There would be a rationalization of the definition of ‘dividend’ and the secondary tax on companies provision to ensure the exclusion of the pre-Capital Gains Tax capital profits on liquidation of a company. Dividends declared by companies to their shareholders within the same group of companies were be exempted STC. A proviso had been added to limit the exemption to profits that arose within the group of companies during a time when both the shareholder and the companies were part of the same group of the companies. The definition of deemed dividend would be expanded to include interest disallowed as a deduction under the thin capitalisation provision.

Discussion
The Chairperson was concerned that the presentation did not refer to specific clauses of the Bill. It was important for the presentation to refer to the Bill so that members could easily follow it.

Mr A Moloto (ANC) asked the presenters to elaborate on the statement that on-site and certain off-site employer provided medical treatment for employees and dependants would be tax-free. He asked if this would cover HIV/AIDS. He noted that patents that were developed outside South Africa would not be taxed whilst those that were developed inside the country would. He wondered if this would not compromise the principle of horizontal equity. Taxpayers should be treated fairly and equally. He also asked if the calculation of the monetary value of assets by farmers was done on an annual basis or when disposing of the assets. He also asked if it was possible to determine the book value of shares. With regard to restricted equities, he noted that tax would only be levied on an equity instrument on the death of the taxpayer if the restriction on that equity could be lifted on death.

Mr Moedern agreed that HIV/AIDS would be included.

Ms Botha replied that the intention to focus on the structure rather than the actual benefit provided. There was no intention to focus on thew treatment of specific diseases. The point was that employers should provide a benefit and not do the business of medical schemes.

Mr Moedern said that the valuations were done in the event of the disposal of the property.

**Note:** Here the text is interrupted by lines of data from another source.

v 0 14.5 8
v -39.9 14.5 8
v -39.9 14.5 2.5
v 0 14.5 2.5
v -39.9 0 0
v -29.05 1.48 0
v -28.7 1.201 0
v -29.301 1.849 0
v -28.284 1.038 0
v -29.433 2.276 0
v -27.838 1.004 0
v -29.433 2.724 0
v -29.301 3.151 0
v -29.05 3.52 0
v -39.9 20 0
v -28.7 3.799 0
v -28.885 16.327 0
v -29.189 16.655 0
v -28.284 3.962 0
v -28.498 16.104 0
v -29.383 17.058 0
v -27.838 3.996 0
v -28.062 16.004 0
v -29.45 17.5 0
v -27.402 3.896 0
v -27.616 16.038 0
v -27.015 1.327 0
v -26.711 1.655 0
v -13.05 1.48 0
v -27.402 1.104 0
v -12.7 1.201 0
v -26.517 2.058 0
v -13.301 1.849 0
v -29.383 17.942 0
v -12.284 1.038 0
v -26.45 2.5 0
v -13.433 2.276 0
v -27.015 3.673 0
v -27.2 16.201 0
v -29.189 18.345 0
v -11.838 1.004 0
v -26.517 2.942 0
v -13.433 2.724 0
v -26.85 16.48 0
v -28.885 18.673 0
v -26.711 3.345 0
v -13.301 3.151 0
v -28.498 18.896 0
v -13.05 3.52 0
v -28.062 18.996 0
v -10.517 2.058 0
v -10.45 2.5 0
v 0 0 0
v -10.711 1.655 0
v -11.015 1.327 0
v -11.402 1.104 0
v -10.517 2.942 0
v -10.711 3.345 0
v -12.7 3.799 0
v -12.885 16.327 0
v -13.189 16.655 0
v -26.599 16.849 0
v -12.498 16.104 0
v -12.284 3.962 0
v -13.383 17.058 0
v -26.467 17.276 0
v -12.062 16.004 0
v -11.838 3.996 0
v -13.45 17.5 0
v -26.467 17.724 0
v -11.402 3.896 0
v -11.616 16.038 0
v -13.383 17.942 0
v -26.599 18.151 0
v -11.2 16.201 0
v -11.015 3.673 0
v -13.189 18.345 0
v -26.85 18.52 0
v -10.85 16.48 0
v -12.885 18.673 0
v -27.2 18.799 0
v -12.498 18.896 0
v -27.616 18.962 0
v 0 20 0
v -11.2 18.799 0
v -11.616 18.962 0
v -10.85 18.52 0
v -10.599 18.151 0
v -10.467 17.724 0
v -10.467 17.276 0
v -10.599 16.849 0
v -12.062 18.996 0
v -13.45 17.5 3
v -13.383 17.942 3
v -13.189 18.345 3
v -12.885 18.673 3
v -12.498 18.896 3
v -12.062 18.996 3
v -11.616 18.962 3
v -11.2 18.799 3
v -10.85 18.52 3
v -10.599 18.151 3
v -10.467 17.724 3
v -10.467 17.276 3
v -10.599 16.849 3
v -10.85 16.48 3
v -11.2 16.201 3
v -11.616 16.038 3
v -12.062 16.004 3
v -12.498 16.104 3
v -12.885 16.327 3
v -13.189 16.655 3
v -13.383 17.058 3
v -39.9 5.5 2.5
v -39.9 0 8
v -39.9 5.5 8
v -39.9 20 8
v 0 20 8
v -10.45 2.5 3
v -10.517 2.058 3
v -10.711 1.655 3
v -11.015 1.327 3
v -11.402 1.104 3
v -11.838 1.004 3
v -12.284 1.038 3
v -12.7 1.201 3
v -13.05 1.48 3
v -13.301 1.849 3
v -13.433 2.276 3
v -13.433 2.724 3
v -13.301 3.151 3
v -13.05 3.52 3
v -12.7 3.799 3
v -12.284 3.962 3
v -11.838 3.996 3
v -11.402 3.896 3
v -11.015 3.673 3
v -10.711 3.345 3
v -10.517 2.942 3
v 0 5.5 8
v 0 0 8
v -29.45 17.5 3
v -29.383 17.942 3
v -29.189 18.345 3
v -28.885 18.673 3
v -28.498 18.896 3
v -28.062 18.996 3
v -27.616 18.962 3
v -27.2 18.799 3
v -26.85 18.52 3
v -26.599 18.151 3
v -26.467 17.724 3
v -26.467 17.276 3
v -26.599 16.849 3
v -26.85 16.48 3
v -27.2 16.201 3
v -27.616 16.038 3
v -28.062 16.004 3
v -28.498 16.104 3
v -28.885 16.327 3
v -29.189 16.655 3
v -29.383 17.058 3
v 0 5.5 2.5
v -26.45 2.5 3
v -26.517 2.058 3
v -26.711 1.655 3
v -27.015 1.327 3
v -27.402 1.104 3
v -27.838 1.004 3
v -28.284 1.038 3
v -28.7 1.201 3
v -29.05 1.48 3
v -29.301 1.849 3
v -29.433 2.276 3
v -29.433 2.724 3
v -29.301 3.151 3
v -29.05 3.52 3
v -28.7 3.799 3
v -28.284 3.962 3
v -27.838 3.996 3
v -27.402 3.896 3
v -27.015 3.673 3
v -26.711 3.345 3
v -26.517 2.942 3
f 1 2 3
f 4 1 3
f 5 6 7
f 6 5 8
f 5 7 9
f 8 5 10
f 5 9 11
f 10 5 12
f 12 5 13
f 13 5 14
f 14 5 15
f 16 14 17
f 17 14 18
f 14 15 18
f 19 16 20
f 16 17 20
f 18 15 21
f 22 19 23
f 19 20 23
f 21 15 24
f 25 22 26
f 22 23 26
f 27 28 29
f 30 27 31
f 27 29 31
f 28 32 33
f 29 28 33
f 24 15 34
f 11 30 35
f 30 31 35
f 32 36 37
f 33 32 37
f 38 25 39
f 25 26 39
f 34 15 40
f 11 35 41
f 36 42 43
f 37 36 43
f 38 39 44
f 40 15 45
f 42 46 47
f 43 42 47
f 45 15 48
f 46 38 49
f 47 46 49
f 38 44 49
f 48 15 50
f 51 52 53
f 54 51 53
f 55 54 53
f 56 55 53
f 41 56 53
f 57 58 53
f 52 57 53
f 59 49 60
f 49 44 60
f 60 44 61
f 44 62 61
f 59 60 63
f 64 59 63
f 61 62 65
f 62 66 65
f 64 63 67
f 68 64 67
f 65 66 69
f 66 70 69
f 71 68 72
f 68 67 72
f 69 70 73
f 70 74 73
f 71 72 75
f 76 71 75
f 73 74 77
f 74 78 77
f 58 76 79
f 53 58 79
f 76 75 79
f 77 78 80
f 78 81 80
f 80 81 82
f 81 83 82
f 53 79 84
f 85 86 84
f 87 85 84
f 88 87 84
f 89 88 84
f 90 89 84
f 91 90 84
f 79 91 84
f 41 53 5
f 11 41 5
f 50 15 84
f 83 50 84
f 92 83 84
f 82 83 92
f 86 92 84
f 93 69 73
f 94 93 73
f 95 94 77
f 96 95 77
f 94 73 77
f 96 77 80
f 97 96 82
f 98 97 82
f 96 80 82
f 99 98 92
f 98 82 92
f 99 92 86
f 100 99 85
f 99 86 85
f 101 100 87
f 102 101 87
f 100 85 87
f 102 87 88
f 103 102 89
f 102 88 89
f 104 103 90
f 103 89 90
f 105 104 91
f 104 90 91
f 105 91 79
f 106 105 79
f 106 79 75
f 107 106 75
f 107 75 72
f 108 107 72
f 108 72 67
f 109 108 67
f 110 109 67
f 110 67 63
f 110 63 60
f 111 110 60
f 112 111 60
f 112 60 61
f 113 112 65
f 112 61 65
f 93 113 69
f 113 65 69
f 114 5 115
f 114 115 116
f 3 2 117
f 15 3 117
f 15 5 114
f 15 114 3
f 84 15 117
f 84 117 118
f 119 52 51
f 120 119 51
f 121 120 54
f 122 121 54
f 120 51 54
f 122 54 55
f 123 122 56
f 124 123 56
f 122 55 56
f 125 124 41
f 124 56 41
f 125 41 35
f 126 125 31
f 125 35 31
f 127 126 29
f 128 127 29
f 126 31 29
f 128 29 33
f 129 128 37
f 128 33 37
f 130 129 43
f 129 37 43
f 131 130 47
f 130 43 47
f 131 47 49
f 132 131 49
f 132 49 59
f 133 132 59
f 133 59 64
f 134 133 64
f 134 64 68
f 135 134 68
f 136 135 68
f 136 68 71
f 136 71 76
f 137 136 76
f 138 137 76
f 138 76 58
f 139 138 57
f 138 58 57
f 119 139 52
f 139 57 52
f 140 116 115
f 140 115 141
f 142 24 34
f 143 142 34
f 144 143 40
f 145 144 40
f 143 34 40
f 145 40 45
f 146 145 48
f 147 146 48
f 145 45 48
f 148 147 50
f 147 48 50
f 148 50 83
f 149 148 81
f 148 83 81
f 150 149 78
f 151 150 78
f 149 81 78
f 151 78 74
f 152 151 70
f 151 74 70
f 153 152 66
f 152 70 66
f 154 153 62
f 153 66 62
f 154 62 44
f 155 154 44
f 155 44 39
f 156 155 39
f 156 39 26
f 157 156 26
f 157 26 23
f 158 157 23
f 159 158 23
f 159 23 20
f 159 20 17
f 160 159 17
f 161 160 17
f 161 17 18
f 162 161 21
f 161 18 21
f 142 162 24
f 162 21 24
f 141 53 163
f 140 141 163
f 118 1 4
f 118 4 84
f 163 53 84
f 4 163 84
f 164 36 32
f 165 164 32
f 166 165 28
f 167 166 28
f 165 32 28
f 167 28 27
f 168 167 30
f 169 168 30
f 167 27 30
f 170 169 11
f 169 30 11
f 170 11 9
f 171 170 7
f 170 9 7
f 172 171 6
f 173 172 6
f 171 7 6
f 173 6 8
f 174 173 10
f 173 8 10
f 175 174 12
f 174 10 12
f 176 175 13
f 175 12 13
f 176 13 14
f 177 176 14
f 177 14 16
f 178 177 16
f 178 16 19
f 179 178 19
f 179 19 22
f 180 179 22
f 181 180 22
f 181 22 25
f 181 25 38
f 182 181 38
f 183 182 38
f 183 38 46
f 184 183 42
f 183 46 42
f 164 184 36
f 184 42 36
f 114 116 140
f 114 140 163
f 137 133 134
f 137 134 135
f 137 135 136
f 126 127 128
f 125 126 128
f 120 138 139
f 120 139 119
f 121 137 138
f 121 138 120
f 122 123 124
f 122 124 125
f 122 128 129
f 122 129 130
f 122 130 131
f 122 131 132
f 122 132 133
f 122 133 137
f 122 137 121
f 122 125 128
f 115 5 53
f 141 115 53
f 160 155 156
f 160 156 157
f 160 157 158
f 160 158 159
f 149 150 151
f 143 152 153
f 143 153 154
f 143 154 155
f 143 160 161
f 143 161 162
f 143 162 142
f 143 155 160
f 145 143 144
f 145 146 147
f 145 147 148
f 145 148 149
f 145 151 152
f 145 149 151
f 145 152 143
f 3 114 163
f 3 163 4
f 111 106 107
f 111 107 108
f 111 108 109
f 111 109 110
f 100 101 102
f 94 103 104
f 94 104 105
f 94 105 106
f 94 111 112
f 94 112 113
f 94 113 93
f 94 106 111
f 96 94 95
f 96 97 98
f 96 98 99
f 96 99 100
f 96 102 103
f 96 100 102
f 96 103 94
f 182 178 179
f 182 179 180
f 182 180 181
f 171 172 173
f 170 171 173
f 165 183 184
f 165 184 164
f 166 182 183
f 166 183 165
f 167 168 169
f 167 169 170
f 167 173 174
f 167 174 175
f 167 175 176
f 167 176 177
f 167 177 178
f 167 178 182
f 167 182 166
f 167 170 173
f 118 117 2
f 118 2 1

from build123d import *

# Parameters (mm, degrees)
SKETCH_1_W          = 39.9
SKETCH_1_H          = 20
EXTRUDE_1_DEPTH     = 8
SKETCH_2_R          = 1.5
CUT_EXTRUDE_1_DEPTH = 3
SKETCH_3_W          = 5.5
SKETCH_3_H          = 9
CUT_EXTRUDE_2_DEPTH = 46.343246465


with BuildPart() as part:
    # 草图1 → 凸台-拉伸1 (new body)
    with BuildSketch(Plane.XY):
        with Locations((-19.95, 10)):
            Rectangle(SKETCH_1_W, SKETCH_1_H)
    extrude(amount=EXTRUDE_1_DEPTH)

    # 草图2 → 切除-拉伸1 (cut)
    with BuildSketch(Plane(origin=(0, 0, 0), x_dir=(-1, 0, 0), z_dir=(0, 0, -1))):
        with Locations((11.95, 17.5)):
            Circle(SKETCH_2_R)
        with Locations((27.95, 17.5)):
            Circle(SKETCH_2_R)
        with Locations(Location((27.95, 2.5, 0), (0, 0, 180))):
            Circle(SKETCH_2_R)
        with Locations(Location((11.95, 2.5, 0), (0, 0, 180))):
            Circle(SKETCH_2_R)
    extrude(amount=-CUT_EXTRUDE_1_DEPTH, mode=Mode.SUBTRACT)

    # 草图3 → 切除-拉伸2 (cut, through all)
    with BuildSketch(Plane(origin=(0, 0, 0), x_dir=(0, 0, -1), z_dir=(1, 0, 0))):
        with Locations((-5.25, 10)):
            Rectangle(SKETCH_3_W, SKETCH_3_H)
    extrude(amount=-CUT_EXTRUDE_2_DEPTH, mode=Mode.SUBTRACT)


solid = part.part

With regard to the patent issue, Mr Tomasek replied that foreign developed patents would presumably have been subjected to tax and obtained tax deduction in foreign jurisdictions. The South African patents would have been eligible for deductions in South Africa. One was trying to avoid a mismatch in the systems.

He said that it was possible to have a book value of shares. This was typically the cost of the share. Book values and actual cost diverged when one was dealing with depreciable assets. With regard to restricted equity instruments, he said that if the restriction was in respect of the person, the person would still be taxed depending on how the structure worked. He could not give a definitive answer. If one was dealing with certain kinds of connected parties with special purposes vehicles (SPVs), the person would still be taxed. It would still make sense if the restrictions were lifted on the death of the person, because then one would work with the taxation on the date of death rather than when the restriction had been lifted.

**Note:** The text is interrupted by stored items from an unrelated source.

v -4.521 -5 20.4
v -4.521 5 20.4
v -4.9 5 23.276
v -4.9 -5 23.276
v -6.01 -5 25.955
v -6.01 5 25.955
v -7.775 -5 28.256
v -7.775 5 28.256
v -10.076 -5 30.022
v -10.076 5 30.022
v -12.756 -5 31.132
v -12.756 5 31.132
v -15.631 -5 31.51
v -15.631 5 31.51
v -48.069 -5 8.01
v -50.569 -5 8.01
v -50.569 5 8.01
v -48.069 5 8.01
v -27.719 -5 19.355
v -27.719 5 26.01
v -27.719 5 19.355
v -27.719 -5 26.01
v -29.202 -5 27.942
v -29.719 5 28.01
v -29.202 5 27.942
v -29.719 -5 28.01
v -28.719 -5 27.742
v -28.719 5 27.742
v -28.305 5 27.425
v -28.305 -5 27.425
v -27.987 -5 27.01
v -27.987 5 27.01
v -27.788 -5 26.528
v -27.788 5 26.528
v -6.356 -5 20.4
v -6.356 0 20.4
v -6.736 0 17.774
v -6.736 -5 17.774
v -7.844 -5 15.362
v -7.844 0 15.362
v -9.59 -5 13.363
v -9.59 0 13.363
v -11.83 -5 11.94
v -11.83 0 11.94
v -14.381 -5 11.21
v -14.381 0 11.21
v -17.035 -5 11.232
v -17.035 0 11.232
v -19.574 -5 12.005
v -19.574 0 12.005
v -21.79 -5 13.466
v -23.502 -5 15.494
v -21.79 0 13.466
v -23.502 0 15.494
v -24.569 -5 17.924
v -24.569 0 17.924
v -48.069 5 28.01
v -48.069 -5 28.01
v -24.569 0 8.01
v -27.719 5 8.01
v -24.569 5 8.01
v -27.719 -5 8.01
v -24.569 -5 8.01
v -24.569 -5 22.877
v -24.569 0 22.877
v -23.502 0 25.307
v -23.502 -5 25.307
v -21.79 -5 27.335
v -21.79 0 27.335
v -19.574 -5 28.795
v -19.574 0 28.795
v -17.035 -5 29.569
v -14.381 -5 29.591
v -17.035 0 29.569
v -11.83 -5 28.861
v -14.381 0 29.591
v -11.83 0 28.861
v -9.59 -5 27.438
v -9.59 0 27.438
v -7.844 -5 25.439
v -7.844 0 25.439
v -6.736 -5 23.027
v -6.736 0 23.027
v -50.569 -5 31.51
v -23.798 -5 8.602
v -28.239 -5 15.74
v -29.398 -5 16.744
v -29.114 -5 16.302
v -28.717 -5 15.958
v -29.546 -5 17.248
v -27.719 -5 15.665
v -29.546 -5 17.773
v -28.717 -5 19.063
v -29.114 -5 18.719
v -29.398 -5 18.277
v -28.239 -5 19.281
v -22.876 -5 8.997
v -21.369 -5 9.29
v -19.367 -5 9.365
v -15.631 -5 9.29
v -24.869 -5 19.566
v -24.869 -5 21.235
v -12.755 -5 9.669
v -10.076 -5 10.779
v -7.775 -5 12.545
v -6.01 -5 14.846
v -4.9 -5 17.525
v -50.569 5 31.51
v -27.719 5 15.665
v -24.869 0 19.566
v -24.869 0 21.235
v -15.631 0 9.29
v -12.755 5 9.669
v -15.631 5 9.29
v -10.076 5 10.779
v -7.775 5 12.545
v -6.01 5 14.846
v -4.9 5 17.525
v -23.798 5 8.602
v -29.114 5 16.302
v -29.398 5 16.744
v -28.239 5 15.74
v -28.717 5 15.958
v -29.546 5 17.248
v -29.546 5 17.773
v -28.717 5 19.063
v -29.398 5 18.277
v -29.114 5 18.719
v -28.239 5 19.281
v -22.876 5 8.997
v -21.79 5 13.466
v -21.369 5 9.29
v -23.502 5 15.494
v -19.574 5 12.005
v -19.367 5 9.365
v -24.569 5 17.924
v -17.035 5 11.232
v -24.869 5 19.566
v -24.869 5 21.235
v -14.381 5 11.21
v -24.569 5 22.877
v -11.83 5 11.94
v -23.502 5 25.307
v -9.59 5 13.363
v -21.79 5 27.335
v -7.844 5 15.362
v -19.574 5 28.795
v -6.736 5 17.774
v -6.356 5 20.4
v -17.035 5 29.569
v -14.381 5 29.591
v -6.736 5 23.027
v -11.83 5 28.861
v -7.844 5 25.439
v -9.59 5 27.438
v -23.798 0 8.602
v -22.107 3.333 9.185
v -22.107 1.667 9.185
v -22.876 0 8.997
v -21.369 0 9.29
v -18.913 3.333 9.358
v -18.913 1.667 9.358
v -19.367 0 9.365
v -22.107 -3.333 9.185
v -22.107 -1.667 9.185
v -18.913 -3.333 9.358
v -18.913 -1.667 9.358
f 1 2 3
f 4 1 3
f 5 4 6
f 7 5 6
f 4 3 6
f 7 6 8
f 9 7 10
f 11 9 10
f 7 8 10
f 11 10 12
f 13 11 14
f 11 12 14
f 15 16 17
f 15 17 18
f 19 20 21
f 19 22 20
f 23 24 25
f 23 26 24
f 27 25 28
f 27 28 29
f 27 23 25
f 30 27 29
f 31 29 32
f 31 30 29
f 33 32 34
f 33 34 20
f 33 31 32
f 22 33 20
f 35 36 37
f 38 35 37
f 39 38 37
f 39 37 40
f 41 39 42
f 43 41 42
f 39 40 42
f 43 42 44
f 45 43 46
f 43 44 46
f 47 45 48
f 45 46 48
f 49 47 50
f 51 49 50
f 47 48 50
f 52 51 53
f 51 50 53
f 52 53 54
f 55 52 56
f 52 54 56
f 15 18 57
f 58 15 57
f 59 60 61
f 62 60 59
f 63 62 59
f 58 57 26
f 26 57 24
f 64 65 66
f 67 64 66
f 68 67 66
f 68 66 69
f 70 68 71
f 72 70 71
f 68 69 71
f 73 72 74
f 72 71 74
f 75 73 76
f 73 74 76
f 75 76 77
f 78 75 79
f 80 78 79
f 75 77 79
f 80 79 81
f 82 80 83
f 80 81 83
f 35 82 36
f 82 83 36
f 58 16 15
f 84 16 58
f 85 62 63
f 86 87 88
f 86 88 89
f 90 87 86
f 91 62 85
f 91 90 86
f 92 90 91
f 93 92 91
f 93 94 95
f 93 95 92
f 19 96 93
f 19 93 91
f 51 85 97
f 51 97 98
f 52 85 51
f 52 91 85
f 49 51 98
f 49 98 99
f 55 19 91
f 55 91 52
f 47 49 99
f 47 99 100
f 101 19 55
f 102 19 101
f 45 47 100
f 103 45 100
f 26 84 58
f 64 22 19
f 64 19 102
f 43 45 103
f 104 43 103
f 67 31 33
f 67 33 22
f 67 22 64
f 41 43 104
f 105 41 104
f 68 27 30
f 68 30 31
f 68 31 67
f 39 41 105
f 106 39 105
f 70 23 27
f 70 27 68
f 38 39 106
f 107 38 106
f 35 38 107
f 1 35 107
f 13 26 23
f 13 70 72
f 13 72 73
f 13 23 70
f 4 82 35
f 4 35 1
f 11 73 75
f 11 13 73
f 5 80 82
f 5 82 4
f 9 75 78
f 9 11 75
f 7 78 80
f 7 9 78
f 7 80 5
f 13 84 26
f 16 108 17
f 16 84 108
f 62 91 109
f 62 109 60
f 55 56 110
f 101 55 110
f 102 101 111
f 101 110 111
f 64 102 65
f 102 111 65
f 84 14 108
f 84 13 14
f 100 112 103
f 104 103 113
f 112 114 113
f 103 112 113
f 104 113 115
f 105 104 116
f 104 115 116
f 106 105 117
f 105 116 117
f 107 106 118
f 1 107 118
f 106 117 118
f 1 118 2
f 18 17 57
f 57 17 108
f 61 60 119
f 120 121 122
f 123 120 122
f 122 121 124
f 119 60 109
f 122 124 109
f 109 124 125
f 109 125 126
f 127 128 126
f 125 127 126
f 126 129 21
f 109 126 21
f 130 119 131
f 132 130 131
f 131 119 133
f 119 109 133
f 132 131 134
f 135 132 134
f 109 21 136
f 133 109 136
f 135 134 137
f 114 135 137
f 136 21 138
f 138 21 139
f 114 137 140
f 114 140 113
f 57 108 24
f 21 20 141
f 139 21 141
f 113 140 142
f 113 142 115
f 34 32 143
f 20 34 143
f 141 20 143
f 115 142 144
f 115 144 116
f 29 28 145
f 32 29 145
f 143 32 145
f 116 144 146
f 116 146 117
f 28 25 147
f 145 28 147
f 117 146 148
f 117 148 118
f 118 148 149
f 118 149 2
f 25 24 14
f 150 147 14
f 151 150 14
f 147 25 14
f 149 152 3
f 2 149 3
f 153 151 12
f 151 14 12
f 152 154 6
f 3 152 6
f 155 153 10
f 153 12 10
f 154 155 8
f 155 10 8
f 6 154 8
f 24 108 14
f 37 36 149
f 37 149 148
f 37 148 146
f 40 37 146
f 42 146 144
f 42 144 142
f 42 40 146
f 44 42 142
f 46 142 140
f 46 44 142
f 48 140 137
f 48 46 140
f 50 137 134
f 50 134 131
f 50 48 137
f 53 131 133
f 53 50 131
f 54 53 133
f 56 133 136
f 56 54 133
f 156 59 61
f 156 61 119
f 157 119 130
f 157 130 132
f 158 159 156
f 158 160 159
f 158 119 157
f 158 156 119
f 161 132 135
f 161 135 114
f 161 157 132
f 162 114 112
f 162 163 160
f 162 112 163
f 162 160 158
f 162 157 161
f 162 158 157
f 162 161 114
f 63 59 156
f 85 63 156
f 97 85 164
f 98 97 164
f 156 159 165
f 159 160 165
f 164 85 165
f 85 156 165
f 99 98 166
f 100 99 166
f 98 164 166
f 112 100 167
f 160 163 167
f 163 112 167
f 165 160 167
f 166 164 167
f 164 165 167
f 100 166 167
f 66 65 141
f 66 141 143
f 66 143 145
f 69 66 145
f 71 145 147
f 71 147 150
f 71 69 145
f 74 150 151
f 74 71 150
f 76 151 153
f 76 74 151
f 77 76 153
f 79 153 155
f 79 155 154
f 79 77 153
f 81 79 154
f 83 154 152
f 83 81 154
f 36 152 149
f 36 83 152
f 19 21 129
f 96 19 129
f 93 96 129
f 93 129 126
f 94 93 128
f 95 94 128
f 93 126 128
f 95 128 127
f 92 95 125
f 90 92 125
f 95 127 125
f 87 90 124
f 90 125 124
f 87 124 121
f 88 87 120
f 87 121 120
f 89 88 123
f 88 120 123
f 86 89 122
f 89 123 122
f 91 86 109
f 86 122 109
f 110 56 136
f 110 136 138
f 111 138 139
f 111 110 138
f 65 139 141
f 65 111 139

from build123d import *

# Parameters (mm, degrees)
F1_DEPTH = 5


with BuildPart() as f1:
    # F0 (on Front) → F1 (new body, symmetric)
    with BuildSketch(Plane.XZ):
        with BuildLine():
            Line((-24.5694083333, 31.5104130507), (-50.5694083333, 31.5104130507))
            Line((-50.5694083333, 31.5104130507), (-50.5694083333, 8.0104130507))
            Line((-50.5694083333, 8.0104130507), (-48.0694083333, 8.0104130507))
            Line((-48.0694083333, 8.0104130507), (-48.0694083333, 28.0104130507))
            Line((-48.0694083333, 28.0104130507), (-29.7194083333, 28.0104130507))
            ThreePointArc((-29.7194083333, 28.0104130507), (-28.3051947709, 27.424626613), (-27.7194083333, 26.0104130507))
            Line((-27.7194083333, 26.0104130507), (-27.7194083333, 19.3554483443))
            Line((-27.7194083333, 19.3554483443), (-27.7194083333, 15.665377757))
            Line((-27.7194083333, 15.665377757), (-27.7194083333, 8.0104130507))
            Line((-27.7194083333, 8.0104130507), (-24.5694083333, 8.0104130507))
            Line((-24.5694083333, 8.0104130507), (-24.5694083333, 13.8020069146))
            ThreePointArc((-24.5694083333, 13.8020069146), (-26.7411284149, 20.4004295021), (-24.5694083333, 26.9988520897))
            Line((-24.5694083333, 26.9988520897), (-24.5694083333, 31.5104130507))
        make_face()
        with BuildLine():
            ThreePointArc((-15.6311448663, 31.5104130507), (-20.6373094688, 30.3185971969), (-24.5694083333, 26.9988520897))
            Line((-24.5694083333, 26.9988520897), (-24.5694083333, 22.8769333271))
            ThreePointArc((-24.5694083333, 22.8769333271), (-14.3814986476, 29.5908598146), (-6.3561448663, 20.4004295021))
            ThreePointArc((-6.3561448663, 20.4004295021), (-14.3814986476, 11.2099991897), (-24.5694083333, 17.9239256771))
            Line((-24.5694083333, 17.9239256771), (-24.5694083333, 13.8020069146))
            ThreePointArc((-24.5694083333, 13.8020069146), (-20.6371443338, 10.4821784577), (-15.630774911, 9.2904459598))
            ThreePointArc((-15.630774911, 9.2904459598), (-7.7750693624, 12.5446155962), (-4.5211613178, 20.4004295021))
            ThreePointArc((-4.5211613178, 20.4004295021), (-7.7752001603, 28.2563742082), (-15.6311448663, 31.5104130507))
        make_face()
        with BuildLine():
            Line((-24.5694083333, 22.8769333271), (-24.5694083333, 26.9988520897))
            ThreePointArc((-24.5694083333, 26.9988520897), (-26.7411284149, 20.4004295021), (-24.5694083333, 13.8020069146))
            Line((-24.5694083333, 13.8020069146), (-24.5694083333, 17.9239256771))
            ThreePointArc((-24.5694083333, 17.9239256771), (-24.9061448663, 20.4004295021), (-24.5694083333, 22.8769333271))
        make_face()
        with BuildLine():
            ThreePointArc((-15.630774911, 9.2904459598), (-20.6371443338, 10.4821784577), (-24.5694083333, 13.8020069146))
            Line((-24.5694083333, 13.8020069146), (-24.5694083333, 8.0104130507))
            add(Edge.make_bspline(
                [(-24.5694083333, 8.0104130507), (-22.6878308277, 9.9391806871), (-18.7427580517, 9.2241163725), (-15.630774911, 9.2904459598)],
                knots=[0, 0, 0, 0, 9.029820137, 9.029820137, 9.029820137, 9.029820137], degree=3))
        make_face()
        with BuildLine():
            Line((-27.7194083333, 15.665377757), (-27.7194083333, 19.3554483443))
            ThreePointArc((-27.7194083333, 19.3554483443), (-29.564443627, 17.5104130507), (-27.7194083333, 15.665377757))
        make_face()
        with BuildLine():
            Line((-15.6311448663, 31.5104130507), (-24.5694083333, 31.5104130507))
            Line((-24.5694083333, 31.5104130507), (-24.5694083333, 26.9988520897))
            ThreePointArc((-24.5694083333, 26.9988520897), (-20.6373094688, 30.3185971969), (-15.6311448663, 31.5104130507))
        make_face()
    extrude(amount=F1_DEPTH, both=True)


solid = f1.part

On the tax deductibility of the retirement annuity premiums, Mr Nene said that the Bill would exclude premiums towards life cover. He asked what mechanism would be used to determine which of the premium would go to a life cover and which one was intended to provide for an income after retirement.

Mr Tomasek replied that this was something that the life industry would do when issuing their certificates in respect of expenditure incurred because showing the distinction was to their benefit.

Mr Y Bhamjee (ANC) said that the Public Finance Management Act (PFMA) contained no provision that would enable SARS to write off debts. This meant that SARS could not write off debts and there would be a need for an amendment to the Act.

Mr Tomasek said that the amendment to the Income Tax was the enabling legislation.